+++ Provided records
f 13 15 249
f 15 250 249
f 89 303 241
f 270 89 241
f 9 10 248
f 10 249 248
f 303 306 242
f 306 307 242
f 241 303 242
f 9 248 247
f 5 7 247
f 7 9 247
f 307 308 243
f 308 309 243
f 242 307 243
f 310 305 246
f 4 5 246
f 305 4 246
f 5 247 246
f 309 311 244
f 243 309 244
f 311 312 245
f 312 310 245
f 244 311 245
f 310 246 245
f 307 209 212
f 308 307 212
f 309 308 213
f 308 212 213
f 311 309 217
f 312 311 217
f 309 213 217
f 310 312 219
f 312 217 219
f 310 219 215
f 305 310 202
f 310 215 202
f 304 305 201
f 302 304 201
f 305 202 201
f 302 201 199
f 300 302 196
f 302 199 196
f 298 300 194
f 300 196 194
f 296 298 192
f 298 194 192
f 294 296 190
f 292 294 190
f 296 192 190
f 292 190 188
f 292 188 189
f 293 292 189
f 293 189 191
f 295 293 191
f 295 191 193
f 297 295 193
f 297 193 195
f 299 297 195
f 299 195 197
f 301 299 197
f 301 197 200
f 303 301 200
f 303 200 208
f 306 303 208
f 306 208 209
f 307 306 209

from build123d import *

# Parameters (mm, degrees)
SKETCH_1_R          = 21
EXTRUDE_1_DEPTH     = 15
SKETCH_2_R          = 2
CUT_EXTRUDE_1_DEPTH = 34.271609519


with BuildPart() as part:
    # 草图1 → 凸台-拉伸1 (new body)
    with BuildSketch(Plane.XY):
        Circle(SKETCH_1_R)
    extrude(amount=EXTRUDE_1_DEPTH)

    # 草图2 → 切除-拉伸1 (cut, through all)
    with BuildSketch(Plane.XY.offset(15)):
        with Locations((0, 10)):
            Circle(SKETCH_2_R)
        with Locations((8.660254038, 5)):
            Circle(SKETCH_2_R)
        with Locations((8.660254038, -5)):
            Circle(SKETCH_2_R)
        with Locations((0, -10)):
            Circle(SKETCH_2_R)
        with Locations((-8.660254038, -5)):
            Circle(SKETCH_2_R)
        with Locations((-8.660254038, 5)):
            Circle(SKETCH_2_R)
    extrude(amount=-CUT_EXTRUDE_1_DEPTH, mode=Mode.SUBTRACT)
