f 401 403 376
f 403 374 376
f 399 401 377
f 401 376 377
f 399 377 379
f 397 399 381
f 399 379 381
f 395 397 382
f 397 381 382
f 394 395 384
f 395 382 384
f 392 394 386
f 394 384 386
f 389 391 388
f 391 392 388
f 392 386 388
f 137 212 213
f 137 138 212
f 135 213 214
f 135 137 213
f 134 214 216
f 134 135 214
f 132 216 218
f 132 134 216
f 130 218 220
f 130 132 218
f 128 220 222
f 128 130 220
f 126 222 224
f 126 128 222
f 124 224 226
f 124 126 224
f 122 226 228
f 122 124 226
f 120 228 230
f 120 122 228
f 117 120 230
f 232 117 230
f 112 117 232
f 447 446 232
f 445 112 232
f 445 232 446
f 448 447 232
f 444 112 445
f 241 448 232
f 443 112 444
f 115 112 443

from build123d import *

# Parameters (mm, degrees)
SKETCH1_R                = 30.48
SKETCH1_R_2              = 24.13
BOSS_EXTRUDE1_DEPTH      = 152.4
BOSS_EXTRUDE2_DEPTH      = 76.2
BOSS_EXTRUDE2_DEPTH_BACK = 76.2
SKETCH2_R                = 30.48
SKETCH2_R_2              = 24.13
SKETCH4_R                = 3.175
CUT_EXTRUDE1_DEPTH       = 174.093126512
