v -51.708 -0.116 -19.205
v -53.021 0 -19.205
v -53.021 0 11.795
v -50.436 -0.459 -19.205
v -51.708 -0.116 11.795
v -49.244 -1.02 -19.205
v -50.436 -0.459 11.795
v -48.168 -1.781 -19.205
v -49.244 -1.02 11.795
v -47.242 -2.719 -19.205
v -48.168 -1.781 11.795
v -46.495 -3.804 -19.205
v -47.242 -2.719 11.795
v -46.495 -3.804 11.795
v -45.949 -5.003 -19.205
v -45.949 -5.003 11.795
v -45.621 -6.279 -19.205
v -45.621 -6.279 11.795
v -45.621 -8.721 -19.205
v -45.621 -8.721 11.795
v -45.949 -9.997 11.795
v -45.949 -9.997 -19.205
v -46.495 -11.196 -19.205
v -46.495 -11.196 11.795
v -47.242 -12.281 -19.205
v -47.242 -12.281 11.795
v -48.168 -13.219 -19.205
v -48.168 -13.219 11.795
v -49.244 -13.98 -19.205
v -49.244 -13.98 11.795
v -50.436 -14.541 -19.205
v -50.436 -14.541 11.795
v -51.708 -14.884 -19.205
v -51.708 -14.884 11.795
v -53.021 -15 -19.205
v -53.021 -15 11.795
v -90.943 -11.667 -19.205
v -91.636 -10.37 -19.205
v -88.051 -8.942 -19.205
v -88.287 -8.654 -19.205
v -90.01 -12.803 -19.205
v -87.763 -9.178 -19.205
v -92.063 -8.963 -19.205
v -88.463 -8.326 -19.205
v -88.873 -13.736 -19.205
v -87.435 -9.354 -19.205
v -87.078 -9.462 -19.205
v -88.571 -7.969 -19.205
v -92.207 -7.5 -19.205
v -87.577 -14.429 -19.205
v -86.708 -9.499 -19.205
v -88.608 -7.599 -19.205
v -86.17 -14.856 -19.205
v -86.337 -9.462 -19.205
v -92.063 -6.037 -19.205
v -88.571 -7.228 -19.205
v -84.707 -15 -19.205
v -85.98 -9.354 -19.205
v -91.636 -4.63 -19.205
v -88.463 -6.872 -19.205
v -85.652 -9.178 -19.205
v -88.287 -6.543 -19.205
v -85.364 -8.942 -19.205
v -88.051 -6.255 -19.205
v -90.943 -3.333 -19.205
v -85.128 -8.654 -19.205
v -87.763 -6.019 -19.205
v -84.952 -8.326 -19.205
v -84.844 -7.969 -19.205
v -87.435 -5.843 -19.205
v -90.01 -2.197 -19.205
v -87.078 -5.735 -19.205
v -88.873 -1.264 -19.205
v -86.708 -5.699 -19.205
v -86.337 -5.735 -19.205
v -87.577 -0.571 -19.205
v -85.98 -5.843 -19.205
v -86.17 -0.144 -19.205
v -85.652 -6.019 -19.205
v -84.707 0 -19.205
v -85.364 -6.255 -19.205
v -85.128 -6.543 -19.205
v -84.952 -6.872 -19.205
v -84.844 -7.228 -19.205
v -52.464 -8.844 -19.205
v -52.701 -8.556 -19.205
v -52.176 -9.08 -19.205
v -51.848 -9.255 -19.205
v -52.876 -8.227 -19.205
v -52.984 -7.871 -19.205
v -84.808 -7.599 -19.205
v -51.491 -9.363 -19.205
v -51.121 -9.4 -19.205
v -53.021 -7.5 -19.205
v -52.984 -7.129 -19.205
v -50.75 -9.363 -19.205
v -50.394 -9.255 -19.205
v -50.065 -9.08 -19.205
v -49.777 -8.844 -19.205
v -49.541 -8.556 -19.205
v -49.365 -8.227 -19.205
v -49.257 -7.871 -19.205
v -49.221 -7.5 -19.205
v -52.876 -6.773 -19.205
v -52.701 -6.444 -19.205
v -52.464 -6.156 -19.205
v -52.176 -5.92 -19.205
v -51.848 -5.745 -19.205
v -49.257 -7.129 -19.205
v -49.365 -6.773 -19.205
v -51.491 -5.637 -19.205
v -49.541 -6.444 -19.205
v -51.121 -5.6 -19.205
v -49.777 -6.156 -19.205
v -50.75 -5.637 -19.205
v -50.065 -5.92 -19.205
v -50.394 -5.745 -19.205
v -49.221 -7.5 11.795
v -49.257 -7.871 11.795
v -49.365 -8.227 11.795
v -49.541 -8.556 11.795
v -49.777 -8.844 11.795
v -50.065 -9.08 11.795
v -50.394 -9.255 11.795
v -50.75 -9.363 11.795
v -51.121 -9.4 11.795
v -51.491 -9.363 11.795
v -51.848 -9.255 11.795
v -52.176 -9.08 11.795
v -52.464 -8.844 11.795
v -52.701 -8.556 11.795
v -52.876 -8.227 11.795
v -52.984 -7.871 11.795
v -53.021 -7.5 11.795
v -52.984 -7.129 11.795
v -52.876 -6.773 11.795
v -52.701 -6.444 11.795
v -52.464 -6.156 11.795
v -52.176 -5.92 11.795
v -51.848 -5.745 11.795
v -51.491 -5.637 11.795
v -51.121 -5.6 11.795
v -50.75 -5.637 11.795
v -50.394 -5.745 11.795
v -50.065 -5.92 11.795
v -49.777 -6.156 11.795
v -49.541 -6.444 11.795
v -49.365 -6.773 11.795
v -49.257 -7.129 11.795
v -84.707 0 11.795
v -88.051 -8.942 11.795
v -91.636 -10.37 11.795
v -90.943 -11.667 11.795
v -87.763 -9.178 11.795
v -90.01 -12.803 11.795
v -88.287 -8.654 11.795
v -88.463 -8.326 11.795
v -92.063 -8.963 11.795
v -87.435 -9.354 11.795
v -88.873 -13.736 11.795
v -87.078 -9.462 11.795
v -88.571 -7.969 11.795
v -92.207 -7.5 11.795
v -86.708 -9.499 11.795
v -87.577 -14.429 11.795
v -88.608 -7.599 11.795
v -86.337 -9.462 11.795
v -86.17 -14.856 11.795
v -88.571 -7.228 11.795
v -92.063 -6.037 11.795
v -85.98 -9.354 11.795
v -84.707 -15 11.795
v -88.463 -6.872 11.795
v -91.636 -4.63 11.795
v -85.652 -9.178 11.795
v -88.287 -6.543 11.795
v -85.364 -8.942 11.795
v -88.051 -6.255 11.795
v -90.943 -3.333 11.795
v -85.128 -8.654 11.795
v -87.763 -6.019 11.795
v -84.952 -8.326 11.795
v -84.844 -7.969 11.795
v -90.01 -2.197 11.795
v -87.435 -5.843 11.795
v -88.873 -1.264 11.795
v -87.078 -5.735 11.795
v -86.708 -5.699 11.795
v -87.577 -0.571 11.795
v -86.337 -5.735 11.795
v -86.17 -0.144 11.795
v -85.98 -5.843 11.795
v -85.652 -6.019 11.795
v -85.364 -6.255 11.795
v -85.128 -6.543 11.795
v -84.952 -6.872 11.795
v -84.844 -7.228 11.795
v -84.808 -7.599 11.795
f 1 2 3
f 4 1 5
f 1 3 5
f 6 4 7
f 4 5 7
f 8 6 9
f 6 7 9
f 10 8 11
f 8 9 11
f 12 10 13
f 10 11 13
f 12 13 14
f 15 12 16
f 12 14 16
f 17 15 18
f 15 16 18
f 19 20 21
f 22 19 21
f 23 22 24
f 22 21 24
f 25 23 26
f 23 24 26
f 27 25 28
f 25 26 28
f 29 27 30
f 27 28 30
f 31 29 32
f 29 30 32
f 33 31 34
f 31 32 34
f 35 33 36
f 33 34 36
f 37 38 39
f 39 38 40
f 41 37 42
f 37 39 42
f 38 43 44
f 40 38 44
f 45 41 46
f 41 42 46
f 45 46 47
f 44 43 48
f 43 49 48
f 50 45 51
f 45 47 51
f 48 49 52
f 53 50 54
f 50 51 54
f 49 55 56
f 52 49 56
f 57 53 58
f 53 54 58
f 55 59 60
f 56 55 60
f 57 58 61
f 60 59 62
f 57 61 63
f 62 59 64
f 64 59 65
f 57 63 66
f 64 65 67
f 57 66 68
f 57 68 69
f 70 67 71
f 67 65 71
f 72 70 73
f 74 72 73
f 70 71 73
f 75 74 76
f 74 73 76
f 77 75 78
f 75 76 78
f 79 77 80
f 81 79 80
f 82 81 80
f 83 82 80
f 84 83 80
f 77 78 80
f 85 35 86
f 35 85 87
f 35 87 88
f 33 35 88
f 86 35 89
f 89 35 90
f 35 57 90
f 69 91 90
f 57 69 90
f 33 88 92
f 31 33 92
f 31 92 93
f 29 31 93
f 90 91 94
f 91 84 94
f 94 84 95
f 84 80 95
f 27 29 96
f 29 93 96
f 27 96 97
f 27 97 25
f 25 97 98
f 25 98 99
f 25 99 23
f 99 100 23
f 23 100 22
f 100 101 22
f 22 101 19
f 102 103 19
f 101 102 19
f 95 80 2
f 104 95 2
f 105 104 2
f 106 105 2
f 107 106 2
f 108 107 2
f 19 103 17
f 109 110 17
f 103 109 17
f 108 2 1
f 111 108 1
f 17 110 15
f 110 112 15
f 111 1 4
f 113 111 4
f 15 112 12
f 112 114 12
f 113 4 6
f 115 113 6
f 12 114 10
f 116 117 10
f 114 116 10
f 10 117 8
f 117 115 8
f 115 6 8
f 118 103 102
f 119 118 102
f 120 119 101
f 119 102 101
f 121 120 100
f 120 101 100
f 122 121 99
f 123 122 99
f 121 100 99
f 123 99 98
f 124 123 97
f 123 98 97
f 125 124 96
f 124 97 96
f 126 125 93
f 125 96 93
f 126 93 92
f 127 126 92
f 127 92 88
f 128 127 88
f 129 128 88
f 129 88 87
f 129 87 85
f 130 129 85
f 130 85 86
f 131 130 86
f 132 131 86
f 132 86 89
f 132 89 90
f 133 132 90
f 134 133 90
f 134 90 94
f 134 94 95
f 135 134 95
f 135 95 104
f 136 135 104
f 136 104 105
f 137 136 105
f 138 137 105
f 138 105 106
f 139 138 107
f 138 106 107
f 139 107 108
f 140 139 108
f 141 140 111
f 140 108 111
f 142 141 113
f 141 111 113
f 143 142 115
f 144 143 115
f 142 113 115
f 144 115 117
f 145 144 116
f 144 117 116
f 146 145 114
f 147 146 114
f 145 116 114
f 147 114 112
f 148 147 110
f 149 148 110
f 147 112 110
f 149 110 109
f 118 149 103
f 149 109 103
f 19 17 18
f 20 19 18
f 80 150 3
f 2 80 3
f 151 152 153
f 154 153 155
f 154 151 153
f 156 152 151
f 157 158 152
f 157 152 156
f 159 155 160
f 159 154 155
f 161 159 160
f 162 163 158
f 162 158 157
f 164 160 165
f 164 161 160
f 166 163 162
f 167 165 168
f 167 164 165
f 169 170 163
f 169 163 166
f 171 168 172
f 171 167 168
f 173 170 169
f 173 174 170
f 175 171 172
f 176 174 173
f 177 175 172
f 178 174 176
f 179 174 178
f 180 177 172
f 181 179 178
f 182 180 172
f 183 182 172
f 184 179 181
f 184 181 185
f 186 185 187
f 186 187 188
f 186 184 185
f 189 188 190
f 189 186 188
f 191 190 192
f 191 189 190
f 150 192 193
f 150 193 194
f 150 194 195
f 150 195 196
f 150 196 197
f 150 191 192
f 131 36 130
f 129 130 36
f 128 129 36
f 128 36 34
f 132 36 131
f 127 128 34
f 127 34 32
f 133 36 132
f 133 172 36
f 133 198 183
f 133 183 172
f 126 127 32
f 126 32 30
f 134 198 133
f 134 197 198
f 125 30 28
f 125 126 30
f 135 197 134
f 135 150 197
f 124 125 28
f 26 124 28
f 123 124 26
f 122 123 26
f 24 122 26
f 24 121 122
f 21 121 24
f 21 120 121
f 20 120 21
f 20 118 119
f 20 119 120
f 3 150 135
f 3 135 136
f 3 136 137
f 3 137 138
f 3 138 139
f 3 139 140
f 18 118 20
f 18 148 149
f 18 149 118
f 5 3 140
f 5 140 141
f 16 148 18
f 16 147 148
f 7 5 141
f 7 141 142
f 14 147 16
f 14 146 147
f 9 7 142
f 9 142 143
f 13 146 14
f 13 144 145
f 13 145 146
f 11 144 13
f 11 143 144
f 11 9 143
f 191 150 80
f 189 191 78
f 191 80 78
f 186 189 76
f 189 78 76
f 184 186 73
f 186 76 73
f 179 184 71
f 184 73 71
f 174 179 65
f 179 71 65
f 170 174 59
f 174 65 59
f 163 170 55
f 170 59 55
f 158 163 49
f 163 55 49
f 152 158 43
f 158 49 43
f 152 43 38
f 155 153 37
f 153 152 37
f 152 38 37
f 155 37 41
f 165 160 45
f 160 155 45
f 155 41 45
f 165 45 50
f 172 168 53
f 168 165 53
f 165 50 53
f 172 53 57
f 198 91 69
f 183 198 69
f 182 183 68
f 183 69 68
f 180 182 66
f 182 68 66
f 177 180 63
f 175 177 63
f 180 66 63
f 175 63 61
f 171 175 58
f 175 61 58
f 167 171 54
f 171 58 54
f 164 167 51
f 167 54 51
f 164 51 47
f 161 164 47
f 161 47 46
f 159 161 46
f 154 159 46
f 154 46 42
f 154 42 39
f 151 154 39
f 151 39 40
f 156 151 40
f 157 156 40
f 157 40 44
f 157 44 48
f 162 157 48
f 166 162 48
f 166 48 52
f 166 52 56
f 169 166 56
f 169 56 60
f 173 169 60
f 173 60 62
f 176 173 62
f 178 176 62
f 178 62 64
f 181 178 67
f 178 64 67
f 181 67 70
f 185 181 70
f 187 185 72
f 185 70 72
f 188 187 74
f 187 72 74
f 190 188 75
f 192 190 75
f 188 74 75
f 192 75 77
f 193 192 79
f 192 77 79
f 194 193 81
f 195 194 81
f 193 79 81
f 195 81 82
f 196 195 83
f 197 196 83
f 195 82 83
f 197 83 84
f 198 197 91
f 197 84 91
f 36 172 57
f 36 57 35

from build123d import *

# Parameters (mm, degrees)
F0_W      = 47
F0_H      = 31
F1_DEPTH  = 15
F2_R      = 1.9
F3_DEPTH  = 60
F5_DEPTH  = 70
F6_R      = 1.9
F7_DEPTH  = 80
F9_DEPTH  = 70
F11_DEPTH = 70


with BuildPart() as f1:
    # F0 (on Front) → F1 (new body)
    with BuildSketch(Plane.XZ):
        with Locations((-69.120786, -3.705296)):
            Rectangle(F0_W, F0_H)
    extrude(amount=F1_DEPTH)

    # F2 (on face) → F3 (cut)
    with BuildSketch(Plane(origin=(0, 0, -19.205296), x_dir=(1, 0, 0), z_dir=(0, 0, -1))):
        with Locations((-51.120786, 7.5)):
            Circle(F2_R)
    extrude(amount=-F3_DEPTH, mode=Mode.SUBTRACT)

    # F4 (on face) → F5 (cut)
    with BuildSketch(Plane(origin=(0, 0, -19.205296), x_dir=(1, 0, 0), z_dir=(0, 0, -1))):
        with BuildLine():
            ThreePointArc((-84.706673, 0), (-92.206673, 7.5), (-84.706673, 15))
            Line((-84.706673, 15), (-92.620786, 15))
            Line((-92.620786, 15), (-92.620786, 0))
            Line((-92.620786, 0), (-84.706673, 0))
        make_face()
    extrude(amount=-F5_DEPTH, mode=Mode.SUBTRACT)

    # F6 (on face) → F7 (cut)
    with BuildSketch(Plane(origin=(0, 0, -19.205296), x_dir=(1, 0, 0), z_dir=(0, 0, -1))):
        with Locations((-86.707558, 7.5987)):
            Circle(F6_R)
    extrude(amount=-F7_DEPTH, mode=Mode.SUBTRACT)

    # F8 (on face) → F9 (cut)
    with BuildSketch(Plane(origin=(0, 0, -19.205296), x_dir=(1, 0, 0), z_dir=(0, 0, -1))):
        with BuildLine():
            Line((-45.620786, 0), (19.677406, 0))
            ThreePointArc((19.677406, 0), (27.177406, 7.5), (19.677406, 15))
            Line((19.677406, 15), (-45.620786, 15))
            Line((-45.620786, 15), (-45.620786, 0))
        make_face()
    extrude(amount=-F9_DEPTH, mode=Mode.SUBTRACT)

    # F10 (on face) → F11 (cut)
    with BuildSketch(Plane.XY.offset(11.794704)):
        with BuildLine():
            ThreePointArc((-53.020786, 0), (-48.168205, -1.781394), (-45.620786, -6.279344))
            Line((-45.620786, -6.279344), (-45.620786, 0))
            Line((-45.620786, 0), (-53.020786, 0))
        make_face()
        with BuildLine():
            Line((-45.620786, -6.279344), (-45.620786, -8.720656))
            ThreePointArc((-45.620786, -8.720656), (-45.520786, -7.5), (-45.620786, -6.279344))
        make_face()
        with BuildLine():
            ThreePointArc((-45.620786, -8.720656), (-48.168205, -13.218606), (-53.020786, -15))
            Line((-53.020786, -15), (-45.620786, -15))
            Line((-45.620786, -15), (-45.620786, -8.720656))
        make_face()
    extrude(amount=-F11_DEPTH, mode=Mode.SUBTRACT)


solid = f1.part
++++++
» **Work request**:
Above are records; repeat only the lines starting at the line with "v -85.364 -6.255 -19.205" and ending at the line with "v -52.876 -6.773 -19.205", exactly as they appear, both included.

» **Task solution**:
v -85.364 -6.255 -19.205
v -85.128 -6.543 -19.205
v -84.952 -6.872 -19.205
v -84.844 -7.228 -19.205
v -52.464 -8.844 -19.205
v -52.701 -8.556 -19.205
v -52.176 -9.08 -19.205
v -51.848 -9.255 -19.205
v -52.876 -8.227 -19.205
v -52.984 -7.871 -19.205
v -84.808 -7.599 -19.205
v -51.491 -9.363 -19.205
v -51.121 -9.4 -19.205
v -53.021 -7.5 -19.205
v -52.984 -7.129 -19.205
v -50.75 -9.363 -19.205
v -50.394 -9.255 -19.205
v -50.065 -9.08 -19.205
v -49.777 -8.844 -19.205
v -49.541 -8.556 -19.205
v -49.365 -8.227 -19.205
v -49.257 -7.871 -19.205
v -49.221 -7.5 -19.205
v -52.876 -6.773 -19.205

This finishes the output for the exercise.